- _About this exercise_
Find the lines below that contain "VECTOR" and tally them. Return only the total.

(Saved entries)
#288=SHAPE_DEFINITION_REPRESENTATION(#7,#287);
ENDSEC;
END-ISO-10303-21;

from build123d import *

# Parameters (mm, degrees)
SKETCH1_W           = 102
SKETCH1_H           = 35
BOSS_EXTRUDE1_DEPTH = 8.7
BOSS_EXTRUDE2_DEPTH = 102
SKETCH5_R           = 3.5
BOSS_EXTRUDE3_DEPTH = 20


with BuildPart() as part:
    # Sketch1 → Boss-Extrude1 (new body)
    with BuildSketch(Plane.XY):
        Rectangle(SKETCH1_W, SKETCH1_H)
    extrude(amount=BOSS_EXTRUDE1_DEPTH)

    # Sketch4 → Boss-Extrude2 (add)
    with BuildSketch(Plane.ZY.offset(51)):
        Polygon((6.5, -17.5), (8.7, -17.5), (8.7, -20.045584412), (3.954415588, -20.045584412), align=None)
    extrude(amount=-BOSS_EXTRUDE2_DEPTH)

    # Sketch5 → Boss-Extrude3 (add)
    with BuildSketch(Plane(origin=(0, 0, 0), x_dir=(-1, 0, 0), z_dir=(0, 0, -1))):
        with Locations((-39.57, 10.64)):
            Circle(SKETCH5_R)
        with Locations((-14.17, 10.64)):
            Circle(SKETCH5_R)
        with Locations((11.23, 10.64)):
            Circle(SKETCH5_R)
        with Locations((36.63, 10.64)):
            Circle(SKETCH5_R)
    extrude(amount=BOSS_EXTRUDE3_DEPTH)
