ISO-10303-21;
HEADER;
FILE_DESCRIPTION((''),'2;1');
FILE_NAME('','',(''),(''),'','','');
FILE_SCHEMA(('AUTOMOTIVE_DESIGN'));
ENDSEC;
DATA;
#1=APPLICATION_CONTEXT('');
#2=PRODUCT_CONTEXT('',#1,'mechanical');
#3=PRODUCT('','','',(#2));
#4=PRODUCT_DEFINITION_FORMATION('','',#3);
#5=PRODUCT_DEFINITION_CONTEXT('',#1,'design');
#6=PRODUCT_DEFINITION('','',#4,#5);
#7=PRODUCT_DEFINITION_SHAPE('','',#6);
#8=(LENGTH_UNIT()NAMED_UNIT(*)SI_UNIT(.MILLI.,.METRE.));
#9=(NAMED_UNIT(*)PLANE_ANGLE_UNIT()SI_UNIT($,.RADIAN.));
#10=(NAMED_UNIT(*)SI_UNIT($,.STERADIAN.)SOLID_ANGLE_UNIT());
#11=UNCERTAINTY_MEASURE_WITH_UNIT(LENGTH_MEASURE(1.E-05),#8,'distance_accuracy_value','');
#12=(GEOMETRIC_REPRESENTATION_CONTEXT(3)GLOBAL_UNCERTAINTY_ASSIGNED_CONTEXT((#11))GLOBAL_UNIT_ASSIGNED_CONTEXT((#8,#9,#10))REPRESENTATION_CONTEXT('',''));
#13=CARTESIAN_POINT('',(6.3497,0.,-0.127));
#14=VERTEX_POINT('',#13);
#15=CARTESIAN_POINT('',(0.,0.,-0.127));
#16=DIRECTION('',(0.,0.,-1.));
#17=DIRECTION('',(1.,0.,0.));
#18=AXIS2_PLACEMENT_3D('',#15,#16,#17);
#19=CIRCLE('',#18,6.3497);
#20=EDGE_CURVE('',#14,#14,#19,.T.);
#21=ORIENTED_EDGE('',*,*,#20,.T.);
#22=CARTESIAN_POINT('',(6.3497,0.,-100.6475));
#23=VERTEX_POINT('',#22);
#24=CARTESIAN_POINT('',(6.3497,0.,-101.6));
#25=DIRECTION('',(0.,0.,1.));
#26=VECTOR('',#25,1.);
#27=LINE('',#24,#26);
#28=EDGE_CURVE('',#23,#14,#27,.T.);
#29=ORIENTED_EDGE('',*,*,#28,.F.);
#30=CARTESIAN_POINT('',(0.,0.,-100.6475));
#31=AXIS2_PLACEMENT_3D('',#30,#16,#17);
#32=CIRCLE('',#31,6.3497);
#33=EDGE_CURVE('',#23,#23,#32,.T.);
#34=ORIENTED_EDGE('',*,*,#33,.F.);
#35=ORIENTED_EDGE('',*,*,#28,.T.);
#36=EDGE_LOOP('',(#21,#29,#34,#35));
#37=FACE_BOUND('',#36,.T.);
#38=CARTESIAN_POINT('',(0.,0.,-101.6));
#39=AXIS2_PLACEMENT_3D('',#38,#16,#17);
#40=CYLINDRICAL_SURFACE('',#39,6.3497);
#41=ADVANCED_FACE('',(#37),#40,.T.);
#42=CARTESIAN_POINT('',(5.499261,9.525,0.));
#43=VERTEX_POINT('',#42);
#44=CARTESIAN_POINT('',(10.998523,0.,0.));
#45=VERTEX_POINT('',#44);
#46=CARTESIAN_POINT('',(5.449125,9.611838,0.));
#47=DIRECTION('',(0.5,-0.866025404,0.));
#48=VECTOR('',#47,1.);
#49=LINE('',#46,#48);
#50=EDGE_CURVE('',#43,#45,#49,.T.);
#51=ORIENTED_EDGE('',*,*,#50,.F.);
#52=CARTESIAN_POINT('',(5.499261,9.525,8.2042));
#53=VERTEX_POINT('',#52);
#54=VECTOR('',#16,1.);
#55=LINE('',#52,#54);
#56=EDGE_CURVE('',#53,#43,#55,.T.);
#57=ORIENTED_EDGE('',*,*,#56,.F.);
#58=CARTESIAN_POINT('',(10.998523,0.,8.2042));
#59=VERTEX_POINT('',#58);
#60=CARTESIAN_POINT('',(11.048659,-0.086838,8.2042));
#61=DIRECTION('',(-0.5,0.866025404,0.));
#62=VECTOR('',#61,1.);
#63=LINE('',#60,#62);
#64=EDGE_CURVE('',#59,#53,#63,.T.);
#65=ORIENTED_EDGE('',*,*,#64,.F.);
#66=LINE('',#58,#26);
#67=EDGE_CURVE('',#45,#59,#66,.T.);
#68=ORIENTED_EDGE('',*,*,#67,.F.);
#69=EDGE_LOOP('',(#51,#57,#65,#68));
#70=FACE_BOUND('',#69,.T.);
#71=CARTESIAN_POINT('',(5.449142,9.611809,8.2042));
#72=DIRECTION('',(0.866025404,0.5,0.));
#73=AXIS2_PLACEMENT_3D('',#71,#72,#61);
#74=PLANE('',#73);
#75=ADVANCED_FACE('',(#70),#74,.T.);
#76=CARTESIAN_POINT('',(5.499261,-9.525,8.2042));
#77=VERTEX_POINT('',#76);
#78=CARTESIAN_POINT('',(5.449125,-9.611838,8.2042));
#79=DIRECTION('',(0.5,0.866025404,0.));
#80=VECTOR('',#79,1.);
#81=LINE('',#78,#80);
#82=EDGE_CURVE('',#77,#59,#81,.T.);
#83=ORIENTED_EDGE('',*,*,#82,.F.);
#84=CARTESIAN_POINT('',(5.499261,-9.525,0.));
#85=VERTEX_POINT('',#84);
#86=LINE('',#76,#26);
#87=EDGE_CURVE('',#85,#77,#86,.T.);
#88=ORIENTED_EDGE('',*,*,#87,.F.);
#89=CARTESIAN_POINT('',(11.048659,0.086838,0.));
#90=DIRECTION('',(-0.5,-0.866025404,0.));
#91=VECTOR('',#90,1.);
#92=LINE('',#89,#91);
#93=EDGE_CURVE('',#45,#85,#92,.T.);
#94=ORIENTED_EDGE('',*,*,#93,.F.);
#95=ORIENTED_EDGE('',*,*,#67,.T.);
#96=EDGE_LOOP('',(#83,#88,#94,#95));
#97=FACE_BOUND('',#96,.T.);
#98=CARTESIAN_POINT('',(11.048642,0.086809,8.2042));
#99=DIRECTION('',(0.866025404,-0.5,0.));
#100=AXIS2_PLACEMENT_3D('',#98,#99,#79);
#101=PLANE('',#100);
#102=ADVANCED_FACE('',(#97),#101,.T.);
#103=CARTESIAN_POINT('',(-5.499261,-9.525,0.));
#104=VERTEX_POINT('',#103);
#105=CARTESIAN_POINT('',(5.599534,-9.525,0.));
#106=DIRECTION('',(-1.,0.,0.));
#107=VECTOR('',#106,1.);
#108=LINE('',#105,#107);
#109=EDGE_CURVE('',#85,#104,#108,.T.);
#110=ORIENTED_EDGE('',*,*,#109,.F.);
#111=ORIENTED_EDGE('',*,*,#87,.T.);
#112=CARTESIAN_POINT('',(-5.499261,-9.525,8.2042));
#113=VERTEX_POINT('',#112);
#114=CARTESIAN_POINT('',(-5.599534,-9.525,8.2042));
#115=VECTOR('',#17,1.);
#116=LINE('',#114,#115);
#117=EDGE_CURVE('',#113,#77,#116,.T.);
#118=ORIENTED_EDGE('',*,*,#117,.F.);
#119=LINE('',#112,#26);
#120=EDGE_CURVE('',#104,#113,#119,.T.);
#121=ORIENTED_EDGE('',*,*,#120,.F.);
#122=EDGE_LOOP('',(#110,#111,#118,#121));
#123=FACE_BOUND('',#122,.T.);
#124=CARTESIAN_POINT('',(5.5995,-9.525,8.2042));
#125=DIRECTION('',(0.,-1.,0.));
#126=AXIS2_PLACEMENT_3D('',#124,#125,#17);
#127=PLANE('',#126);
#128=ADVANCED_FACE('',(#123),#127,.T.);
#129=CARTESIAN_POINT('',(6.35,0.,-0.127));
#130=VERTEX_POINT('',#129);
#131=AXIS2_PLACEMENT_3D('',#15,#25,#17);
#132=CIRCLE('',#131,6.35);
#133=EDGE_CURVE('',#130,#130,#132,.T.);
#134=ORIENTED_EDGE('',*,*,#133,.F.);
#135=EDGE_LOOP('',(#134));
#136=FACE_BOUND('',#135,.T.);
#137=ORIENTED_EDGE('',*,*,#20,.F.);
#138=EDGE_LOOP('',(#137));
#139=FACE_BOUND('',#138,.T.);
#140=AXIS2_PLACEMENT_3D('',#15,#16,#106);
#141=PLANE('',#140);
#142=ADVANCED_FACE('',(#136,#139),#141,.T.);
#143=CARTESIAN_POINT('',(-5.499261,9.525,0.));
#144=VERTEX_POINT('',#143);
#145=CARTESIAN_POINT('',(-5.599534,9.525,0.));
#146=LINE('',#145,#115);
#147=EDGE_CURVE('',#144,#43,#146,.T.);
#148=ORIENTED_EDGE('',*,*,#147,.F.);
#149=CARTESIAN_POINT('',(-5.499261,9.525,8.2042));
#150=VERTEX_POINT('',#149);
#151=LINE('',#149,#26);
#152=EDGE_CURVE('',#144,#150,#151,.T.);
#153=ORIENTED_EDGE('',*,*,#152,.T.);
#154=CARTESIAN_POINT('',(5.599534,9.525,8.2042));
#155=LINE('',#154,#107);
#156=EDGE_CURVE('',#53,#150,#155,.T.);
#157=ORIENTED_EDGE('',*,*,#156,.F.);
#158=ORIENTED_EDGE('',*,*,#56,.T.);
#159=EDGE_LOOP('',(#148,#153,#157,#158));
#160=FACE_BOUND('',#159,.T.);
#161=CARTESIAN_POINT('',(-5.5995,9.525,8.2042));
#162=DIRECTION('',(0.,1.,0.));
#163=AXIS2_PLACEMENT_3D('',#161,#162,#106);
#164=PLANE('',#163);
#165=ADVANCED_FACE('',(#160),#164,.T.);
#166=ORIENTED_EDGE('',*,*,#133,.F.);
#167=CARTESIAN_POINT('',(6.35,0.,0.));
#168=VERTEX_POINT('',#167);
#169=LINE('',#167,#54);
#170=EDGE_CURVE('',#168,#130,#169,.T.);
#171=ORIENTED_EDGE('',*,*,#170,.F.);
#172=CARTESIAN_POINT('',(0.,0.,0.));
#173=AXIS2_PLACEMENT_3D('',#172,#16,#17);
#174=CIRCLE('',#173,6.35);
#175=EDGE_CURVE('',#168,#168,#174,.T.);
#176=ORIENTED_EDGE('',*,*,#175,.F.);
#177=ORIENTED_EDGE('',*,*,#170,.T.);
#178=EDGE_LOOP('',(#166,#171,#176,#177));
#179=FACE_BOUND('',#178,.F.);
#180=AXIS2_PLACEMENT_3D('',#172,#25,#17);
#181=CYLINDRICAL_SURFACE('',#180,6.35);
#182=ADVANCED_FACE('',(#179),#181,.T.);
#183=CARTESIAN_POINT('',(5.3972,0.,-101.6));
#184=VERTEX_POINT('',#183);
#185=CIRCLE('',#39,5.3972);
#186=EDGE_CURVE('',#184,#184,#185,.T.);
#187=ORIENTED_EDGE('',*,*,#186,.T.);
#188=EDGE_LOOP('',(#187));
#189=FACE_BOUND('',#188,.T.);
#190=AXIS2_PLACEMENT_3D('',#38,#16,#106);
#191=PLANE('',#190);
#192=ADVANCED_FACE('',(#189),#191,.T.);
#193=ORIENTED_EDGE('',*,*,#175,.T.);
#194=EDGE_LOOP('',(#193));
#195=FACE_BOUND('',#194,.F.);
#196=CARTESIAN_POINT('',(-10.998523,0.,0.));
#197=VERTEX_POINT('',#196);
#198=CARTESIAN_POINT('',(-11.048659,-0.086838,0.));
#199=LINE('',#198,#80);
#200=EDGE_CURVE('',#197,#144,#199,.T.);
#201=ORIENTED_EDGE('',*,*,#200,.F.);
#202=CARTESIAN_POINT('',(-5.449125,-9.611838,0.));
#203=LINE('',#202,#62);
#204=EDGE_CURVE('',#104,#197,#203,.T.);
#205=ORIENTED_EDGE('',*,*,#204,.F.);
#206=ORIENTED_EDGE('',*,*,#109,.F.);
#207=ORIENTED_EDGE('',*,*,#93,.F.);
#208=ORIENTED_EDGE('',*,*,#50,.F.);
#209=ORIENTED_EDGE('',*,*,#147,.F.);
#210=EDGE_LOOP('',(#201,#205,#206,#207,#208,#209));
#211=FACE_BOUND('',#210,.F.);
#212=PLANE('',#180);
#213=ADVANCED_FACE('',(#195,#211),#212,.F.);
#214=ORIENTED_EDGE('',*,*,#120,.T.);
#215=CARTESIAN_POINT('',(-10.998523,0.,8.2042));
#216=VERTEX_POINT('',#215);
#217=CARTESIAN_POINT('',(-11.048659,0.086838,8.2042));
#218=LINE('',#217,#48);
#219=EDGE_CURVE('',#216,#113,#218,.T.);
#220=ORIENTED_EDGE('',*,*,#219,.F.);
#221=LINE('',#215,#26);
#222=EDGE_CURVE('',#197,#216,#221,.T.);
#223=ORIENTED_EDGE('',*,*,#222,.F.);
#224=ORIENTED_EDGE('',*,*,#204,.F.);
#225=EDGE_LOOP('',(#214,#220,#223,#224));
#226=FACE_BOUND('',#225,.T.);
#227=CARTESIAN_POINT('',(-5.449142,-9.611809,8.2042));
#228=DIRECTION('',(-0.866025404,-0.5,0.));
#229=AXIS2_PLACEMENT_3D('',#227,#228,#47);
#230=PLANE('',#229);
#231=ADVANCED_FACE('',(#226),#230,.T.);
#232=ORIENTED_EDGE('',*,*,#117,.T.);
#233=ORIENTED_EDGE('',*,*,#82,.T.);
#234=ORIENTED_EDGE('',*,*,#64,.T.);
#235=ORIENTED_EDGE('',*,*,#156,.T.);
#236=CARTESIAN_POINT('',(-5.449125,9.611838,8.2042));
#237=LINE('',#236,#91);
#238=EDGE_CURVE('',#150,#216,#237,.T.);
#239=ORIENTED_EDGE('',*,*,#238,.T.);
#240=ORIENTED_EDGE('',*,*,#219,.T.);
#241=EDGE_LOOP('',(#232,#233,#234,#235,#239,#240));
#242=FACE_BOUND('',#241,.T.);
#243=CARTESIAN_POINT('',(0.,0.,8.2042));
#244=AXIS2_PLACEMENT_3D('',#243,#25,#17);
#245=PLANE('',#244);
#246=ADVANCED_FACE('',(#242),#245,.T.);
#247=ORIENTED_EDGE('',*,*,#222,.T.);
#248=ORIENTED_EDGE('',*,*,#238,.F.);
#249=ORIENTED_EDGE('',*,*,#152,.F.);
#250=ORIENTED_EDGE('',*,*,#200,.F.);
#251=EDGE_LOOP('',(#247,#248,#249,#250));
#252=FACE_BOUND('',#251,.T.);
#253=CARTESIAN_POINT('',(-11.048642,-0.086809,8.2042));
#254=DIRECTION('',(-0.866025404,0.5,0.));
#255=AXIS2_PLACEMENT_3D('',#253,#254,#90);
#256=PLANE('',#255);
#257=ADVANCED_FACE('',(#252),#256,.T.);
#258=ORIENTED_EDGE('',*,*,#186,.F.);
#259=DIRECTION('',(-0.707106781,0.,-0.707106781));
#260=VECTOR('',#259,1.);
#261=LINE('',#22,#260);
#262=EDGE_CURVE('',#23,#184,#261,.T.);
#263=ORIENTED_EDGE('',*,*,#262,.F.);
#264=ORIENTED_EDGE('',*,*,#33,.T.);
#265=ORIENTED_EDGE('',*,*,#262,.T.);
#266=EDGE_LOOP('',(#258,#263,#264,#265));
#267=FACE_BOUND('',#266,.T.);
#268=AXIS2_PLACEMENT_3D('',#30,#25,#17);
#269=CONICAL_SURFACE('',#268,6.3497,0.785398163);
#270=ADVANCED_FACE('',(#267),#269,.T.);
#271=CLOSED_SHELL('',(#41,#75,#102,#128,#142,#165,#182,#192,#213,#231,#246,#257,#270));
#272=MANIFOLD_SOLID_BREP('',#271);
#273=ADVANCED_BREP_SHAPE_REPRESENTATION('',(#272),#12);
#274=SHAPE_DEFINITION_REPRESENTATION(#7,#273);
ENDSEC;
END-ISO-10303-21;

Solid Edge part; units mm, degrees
sketch "Sketch1" plane through (0, 0, 0) normal (0, 0, 1) x (1, 0, 0)
  circle A0 centre (0, 0) radius 11.049
  dimension "D1" = 22.098
extrude "Protrusion1" add sketch "Sketch1" along normal blind 8.2042
sketch "Sketch2" plane through (0, 0, 0) normal (0, 0, -1) x (1, 0, 0)
  circle A0 centre (0, 0) radius 6.35
extrude "Protrusion2" add sketch "Sketch2" along normal blind 101.6
sketch "Sketch3" plane through (0, 0, -101.6) normal (0, 0, -1) x (1, 0, 0)
  circle A0 centre (0, 0) radius 6.3497
extrude "Cutout1" cut sketch "Sketch3" against normal blind 101.473 flip side to cut
chamfer "Chamfer_1" distance 0.9525 angle 45 1 edges at (-6.3497, 0, -101.6)
sketch "Sketch4" plane through (0, 0, 8.2042) normal (0, 0, 1) x (1, 0, 0)
  line L0 (-5.5995, 9.525) -> (5.5995, 9.525)
  dimension "D1" = 19.05
extrude "Cutout2" cut sketch "Sketch4" against normal up to next material side at (0, 9.575, 8.2042)
pattern_circular "Pattern1" count 6 over 360 about axis through (0, 0, 8.2042) along (0, 0, 1) of "Cutout2"
properties part number "159699"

- _Response to this task_
9